Congrats. Hope they send you a nice big check.

 I agree with Rotanimod, tilted horizon. The flag pole on the bridge is leaning left.


----------



## greenx (Jan 17, 2013)

Congrats! Its a great photo and yes the lines of the dam and curved lines make it look tilted but I agree it is straight... All the more that makes people keep staring at your photo!


----------



## cosmonaut (Jan 17, 2013)

Thanks all I worried with the level awhile in post. I am certian the Dam is level and the curvature is the lakes edge.


----------



## gsgary (Jan 17, 2013)

Are they paying ?


----------



## cgipson1 (Jan 17, 2013)

gsgary said:


> Are they paying ?



Good point.. gotta get paid to be "professional", lol!


----------



## cosmonaut (Jan 17, 2013)

I never said I was getting paid or I was a pro. I have before, got paid for portrait work. But unless you do it daily and is your main source of income your not a pro. This was more a charitable donation for a good cause. But to get published like this is a testament to how good Sony cameras are, to me anyway. 
But I have also been published with a picture I took with a $35.00 Canonet.


----------



## cgipson1 (Jan 17, 2013)

cosmonaut said:


> I never said I was getting paid or I was a pro. I have before, got paid for portrait work. But unless you do it daily and is your main source of income your not a pro. This was more a charitable donation for a good cause. But to get published like this is a testament to how good Sony cameras are, to me anyway.
> But I have also been published with a picture I took with a $35.00 Canonet.

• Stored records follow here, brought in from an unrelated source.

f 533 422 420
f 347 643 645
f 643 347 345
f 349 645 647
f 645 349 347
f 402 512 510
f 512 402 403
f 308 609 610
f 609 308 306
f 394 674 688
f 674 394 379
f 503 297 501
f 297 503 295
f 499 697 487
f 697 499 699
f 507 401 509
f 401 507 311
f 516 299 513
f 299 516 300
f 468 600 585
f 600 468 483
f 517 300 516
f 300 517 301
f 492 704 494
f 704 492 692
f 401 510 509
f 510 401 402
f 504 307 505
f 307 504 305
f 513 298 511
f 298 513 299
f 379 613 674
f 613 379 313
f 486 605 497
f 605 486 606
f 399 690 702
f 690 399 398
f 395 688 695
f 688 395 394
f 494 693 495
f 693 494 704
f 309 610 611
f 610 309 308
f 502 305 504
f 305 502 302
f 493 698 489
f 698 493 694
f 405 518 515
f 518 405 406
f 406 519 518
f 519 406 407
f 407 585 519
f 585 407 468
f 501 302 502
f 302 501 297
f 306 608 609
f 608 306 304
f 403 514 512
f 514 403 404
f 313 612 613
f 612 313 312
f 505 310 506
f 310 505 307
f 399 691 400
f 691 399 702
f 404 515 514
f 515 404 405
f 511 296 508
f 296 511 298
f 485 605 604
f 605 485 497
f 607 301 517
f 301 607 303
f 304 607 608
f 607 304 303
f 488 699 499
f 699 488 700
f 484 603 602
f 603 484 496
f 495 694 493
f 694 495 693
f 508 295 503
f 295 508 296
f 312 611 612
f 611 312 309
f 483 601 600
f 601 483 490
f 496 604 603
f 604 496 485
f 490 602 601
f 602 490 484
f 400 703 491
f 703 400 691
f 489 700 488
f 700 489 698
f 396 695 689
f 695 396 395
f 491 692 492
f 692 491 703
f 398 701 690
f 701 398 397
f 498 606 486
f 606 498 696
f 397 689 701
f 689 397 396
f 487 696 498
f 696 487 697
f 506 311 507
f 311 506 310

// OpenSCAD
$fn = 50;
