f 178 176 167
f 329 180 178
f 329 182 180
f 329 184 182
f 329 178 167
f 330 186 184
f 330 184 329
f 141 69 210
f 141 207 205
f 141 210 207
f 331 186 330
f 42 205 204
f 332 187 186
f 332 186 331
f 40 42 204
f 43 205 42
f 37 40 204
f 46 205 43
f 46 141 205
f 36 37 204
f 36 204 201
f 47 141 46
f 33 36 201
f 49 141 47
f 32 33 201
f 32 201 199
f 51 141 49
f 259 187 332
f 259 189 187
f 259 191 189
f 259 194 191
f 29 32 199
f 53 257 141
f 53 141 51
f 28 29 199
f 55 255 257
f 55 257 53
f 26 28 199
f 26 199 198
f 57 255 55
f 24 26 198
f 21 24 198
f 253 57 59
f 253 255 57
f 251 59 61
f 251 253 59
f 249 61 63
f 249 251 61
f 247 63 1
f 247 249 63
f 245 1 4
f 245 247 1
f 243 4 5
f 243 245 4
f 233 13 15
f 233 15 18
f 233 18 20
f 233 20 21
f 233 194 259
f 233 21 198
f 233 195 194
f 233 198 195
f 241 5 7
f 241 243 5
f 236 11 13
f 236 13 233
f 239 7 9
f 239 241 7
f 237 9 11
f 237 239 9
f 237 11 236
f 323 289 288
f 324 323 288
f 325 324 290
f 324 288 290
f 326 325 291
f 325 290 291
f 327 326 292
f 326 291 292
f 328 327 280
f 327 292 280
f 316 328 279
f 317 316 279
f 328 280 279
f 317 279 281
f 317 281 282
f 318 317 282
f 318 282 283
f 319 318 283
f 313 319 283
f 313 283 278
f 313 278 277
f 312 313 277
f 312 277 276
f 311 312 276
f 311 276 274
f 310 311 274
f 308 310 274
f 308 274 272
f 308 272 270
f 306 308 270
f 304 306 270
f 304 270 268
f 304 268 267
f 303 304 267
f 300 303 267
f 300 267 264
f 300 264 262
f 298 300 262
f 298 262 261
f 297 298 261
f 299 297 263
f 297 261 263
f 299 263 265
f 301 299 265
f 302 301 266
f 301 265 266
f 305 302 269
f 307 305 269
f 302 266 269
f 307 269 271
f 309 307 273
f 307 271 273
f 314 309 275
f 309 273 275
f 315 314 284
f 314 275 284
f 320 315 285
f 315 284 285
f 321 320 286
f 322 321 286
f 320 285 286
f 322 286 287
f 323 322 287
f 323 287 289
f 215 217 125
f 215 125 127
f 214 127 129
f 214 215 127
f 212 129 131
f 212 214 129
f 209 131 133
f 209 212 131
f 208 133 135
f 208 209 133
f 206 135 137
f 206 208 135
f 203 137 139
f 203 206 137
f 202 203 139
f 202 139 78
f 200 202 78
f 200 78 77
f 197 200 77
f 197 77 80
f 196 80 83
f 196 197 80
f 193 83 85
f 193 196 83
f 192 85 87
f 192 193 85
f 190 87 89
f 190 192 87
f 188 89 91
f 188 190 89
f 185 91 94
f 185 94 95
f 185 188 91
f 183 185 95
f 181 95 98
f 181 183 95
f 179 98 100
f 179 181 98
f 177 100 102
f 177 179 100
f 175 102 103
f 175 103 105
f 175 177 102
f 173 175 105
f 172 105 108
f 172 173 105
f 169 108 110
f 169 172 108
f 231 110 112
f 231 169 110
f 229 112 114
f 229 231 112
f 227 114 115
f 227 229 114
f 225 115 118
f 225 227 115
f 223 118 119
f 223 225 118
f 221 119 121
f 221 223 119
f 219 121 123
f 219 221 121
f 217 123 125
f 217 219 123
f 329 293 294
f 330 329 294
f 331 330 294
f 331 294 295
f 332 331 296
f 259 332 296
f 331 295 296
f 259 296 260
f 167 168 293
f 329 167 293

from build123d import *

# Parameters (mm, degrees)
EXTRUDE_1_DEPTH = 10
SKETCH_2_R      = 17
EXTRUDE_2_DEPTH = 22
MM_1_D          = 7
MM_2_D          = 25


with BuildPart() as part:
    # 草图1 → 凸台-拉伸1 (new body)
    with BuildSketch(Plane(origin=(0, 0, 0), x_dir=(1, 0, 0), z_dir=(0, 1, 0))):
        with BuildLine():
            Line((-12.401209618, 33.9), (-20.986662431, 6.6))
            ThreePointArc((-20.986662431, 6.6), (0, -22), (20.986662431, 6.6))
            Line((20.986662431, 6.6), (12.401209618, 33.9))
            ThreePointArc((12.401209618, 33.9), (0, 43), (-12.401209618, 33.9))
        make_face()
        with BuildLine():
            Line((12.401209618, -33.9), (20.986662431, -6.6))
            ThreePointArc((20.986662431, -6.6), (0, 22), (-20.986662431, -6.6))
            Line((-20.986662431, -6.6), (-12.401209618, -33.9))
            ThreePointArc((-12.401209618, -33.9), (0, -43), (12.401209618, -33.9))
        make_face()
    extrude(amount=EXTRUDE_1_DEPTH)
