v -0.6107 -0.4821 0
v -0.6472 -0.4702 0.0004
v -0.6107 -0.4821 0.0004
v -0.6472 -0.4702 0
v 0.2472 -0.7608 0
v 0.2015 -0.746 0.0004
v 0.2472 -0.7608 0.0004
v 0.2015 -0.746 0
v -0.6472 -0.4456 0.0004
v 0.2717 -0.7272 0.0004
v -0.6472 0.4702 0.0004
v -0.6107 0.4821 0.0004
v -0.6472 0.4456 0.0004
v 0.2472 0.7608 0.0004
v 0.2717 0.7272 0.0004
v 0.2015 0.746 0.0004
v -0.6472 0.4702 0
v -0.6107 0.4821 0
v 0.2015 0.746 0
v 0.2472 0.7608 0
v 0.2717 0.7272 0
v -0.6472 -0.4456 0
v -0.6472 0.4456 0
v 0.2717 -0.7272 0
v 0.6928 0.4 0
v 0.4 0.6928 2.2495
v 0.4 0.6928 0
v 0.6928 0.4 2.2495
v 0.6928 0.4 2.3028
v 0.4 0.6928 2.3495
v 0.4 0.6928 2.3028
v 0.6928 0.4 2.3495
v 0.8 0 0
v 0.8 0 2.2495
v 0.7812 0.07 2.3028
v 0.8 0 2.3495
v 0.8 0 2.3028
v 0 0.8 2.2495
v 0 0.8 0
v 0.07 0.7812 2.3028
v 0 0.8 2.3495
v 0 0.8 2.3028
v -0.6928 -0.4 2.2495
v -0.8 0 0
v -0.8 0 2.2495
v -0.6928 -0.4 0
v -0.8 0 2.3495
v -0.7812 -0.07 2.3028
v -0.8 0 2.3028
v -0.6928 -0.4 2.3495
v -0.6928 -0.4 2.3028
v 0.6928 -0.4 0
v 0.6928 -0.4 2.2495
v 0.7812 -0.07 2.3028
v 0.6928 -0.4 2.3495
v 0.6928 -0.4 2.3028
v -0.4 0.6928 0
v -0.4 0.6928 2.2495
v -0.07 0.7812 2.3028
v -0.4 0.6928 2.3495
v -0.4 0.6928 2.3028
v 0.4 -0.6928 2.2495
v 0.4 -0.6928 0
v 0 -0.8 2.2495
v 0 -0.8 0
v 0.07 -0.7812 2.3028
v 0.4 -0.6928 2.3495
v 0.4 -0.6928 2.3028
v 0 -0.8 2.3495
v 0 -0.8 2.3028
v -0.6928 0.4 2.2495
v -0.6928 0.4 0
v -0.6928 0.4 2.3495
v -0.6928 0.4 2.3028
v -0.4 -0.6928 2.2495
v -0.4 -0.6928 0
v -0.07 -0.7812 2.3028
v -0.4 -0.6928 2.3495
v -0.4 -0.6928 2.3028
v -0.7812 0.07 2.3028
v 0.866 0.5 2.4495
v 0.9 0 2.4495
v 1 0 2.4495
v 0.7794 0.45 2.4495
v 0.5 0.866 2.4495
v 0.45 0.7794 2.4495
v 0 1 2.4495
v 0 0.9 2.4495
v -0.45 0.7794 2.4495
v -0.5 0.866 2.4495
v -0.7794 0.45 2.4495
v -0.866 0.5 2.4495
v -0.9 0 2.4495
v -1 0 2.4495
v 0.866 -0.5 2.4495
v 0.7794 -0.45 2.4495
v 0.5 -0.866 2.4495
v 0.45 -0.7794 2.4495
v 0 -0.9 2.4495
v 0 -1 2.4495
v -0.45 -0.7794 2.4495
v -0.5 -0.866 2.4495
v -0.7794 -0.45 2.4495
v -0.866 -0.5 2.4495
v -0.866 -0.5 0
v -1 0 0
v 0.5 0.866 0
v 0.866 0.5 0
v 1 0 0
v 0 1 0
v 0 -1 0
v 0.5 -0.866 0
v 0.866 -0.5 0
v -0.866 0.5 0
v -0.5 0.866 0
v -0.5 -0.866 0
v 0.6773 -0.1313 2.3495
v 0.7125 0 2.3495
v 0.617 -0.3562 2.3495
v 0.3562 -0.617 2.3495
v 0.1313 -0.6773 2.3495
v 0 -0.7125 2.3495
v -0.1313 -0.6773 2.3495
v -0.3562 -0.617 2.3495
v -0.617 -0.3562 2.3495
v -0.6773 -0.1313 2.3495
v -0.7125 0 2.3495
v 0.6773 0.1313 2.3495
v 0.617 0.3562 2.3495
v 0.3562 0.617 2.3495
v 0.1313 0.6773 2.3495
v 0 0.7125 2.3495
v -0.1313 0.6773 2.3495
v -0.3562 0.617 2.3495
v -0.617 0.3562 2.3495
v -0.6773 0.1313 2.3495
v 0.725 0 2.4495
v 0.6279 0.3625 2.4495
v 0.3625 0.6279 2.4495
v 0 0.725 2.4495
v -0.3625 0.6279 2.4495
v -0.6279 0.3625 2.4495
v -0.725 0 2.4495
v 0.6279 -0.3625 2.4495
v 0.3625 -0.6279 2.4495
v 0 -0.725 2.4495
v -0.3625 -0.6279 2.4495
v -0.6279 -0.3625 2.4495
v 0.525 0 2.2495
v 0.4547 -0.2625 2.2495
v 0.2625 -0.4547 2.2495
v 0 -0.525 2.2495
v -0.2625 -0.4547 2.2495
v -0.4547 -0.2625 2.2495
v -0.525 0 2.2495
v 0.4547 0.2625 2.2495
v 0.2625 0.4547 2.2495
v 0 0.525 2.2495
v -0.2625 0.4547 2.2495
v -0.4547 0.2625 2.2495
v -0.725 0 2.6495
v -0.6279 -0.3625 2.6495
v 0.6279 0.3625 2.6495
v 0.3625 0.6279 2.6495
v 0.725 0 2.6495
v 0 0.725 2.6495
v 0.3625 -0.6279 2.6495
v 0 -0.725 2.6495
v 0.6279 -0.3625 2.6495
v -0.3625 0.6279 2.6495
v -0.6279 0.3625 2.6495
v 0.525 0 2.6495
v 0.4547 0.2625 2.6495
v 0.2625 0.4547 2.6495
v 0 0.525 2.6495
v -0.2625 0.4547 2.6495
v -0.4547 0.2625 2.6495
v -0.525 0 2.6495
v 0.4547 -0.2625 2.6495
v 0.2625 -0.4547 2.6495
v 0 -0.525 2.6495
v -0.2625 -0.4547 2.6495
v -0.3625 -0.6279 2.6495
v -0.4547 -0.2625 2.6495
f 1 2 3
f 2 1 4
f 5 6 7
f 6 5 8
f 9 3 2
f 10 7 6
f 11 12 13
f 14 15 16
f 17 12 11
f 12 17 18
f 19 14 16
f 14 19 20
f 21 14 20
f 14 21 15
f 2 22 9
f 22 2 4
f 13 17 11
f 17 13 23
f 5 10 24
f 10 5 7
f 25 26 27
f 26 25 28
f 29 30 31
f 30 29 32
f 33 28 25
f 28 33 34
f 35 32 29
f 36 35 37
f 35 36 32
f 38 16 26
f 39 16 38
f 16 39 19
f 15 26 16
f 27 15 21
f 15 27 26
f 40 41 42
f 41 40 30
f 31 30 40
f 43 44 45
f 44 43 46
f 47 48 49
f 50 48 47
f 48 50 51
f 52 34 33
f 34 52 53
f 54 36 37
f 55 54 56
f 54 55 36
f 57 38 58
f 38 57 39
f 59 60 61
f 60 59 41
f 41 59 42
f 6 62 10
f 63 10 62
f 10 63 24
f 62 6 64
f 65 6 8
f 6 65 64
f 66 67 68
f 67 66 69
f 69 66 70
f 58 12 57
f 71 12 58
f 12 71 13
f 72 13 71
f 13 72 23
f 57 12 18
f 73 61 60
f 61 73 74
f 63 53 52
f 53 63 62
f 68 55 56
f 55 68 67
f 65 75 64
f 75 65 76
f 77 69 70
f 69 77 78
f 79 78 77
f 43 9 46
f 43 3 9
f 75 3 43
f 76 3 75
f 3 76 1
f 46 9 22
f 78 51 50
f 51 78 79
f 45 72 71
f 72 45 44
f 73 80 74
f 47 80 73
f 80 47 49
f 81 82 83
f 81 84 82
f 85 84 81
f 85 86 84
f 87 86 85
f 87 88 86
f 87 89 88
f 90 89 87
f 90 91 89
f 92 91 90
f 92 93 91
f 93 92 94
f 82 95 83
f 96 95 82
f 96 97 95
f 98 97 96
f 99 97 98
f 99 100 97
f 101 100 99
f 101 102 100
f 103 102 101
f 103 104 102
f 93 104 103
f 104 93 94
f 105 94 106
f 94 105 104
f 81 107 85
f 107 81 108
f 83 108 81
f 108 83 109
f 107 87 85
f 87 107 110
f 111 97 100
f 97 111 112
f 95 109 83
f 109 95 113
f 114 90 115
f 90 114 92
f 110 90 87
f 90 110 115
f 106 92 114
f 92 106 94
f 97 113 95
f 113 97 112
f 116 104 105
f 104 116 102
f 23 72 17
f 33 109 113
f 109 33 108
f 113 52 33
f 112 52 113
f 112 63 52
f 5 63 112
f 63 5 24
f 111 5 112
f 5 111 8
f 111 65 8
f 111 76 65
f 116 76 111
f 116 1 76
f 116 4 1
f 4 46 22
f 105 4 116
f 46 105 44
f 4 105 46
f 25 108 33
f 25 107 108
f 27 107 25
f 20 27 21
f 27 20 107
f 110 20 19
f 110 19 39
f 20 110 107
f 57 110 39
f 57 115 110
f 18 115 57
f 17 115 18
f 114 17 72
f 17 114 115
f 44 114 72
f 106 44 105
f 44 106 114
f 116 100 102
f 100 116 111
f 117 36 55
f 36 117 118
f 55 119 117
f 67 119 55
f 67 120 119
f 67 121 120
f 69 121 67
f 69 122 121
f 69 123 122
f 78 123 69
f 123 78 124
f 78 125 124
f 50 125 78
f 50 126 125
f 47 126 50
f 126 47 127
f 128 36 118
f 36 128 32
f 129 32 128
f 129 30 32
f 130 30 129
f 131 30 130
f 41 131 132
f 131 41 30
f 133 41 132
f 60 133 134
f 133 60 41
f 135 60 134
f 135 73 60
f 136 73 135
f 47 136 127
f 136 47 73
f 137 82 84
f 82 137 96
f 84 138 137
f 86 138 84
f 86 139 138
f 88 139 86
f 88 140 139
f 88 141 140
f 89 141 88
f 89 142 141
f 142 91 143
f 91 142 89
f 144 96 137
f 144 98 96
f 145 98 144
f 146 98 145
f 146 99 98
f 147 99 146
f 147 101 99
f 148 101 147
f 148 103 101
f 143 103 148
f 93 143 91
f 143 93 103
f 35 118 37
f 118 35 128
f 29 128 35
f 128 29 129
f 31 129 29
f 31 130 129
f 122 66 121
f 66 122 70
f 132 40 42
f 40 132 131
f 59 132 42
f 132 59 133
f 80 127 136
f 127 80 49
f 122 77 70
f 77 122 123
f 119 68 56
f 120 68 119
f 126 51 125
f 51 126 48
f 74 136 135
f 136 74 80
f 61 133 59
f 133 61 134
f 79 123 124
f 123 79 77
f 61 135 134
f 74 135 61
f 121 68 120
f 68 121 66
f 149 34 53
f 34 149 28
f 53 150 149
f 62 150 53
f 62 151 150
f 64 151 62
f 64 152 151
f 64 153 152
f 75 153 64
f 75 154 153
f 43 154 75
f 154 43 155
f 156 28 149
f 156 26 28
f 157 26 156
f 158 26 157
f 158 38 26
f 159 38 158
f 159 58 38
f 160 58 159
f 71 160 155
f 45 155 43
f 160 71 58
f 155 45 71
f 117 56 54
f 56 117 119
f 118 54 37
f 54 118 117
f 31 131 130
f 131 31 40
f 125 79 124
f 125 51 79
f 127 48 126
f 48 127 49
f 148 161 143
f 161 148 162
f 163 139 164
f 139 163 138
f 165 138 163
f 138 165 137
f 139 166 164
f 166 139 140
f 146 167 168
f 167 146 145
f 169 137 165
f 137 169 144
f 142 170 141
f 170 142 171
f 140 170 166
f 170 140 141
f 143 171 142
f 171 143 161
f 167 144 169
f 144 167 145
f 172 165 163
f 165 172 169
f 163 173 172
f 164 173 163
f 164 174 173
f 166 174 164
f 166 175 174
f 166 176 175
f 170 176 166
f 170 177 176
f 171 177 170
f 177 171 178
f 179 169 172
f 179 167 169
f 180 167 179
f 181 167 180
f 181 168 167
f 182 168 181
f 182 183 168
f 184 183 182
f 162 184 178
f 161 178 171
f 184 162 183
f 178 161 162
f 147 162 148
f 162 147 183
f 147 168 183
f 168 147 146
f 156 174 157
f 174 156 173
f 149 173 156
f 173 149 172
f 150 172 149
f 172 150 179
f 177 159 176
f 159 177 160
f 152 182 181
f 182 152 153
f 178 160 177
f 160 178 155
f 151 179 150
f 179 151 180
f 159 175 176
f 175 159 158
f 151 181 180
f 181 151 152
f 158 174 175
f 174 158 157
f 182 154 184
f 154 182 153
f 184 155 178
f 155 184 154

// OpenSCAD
tolerance=0.075;
hole_radius=0.05;
grid_hole_radius=0.05;
outer_radius=1;
thickness=0.2;
hole_attach_height=0.05;
attach_thickness=0.1;

//parameters that don't have to be defined explicitly
eps = tolerance/100;
inner_radius = outer_radius - thickness;
fn = 12;
fnh = 6;

module angled_cylinder(angle_deg_y, _h, _r, angle_deg_x = 0) {
    rotate([angle_deg_x, angle_deg_y, 0]) { // Rotate the cylinder 
            cylinder(h = _h, r = _r, center = true, $fn = fnh);
        }
}

module hole(_h) {
    cylinder(h = _h, r = grid_hole_radius, $fn = fnh);
}

//makes circle of holes
module circular_grid(_h, _r, _n) {
    for (i = [0:_n-1]) {
        angle = i * 360 / _n;
        x_pos = _r * cos(angle);
        y_pos = _r * sin(angle);
        translate([x_pos, y_pos, -eps]) {
            hole(_h);
        }
    }
}

//makes grid of holes
module hole_grid(hole_height, grid_h) {
    translate([0,0,hole_height]) {
        difference() {
            //cylinder
            cylinder(h = grid_h, r = (inner_radius + outer_radius)/2, 
                center=false, $fn = fn);
            //holes
            for (i = [0 : grid_hole_radius * 2 + hole_attach_height : inner_radius - grid_hole_radius * 2]) {
                circular_grid(grid_h + eps*2, i, ceil(6.28*i/(grid_hole_radius*4)));
            }
            
        } 
    }
}

//makes curve of CSC
module curve(_radius, _twist, _turning_angle, _turning_radius) {
    rotate([90,0,_twist])
    translate([-_turning_radius, 0, 0])
    rotate_extrude(angle=_turning_angle, convexity=100, $fn = fn)
    translate([_turning_radius, 0]) circle(_radius);
}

Just pulling your leg.. in response to "Did someone say Sony wasn't a pro camera?"!


----------



## Bitter Jeweler (Jan 17, 2013)

Nah, the image is tilted pretty severely. You are basing your perspective off distorted elements. Verticals in the center of an image will tend to look correct, while stuff on the edges gets distorted. Also, a curved shore in the distance is pretty meaningless to perspective, it should still read as a straight line. Water doesn't lie. 

There are plenty of visual clues in this image to correct the tilt and distortion.

But congrats on getting published!


----------



## DiskoJoe (Jan 17, 2013)

Sweet. Thats a great shot.


----------



## Tony S (Jan 18, 2013)

Well exposed for the different lighting in the scene.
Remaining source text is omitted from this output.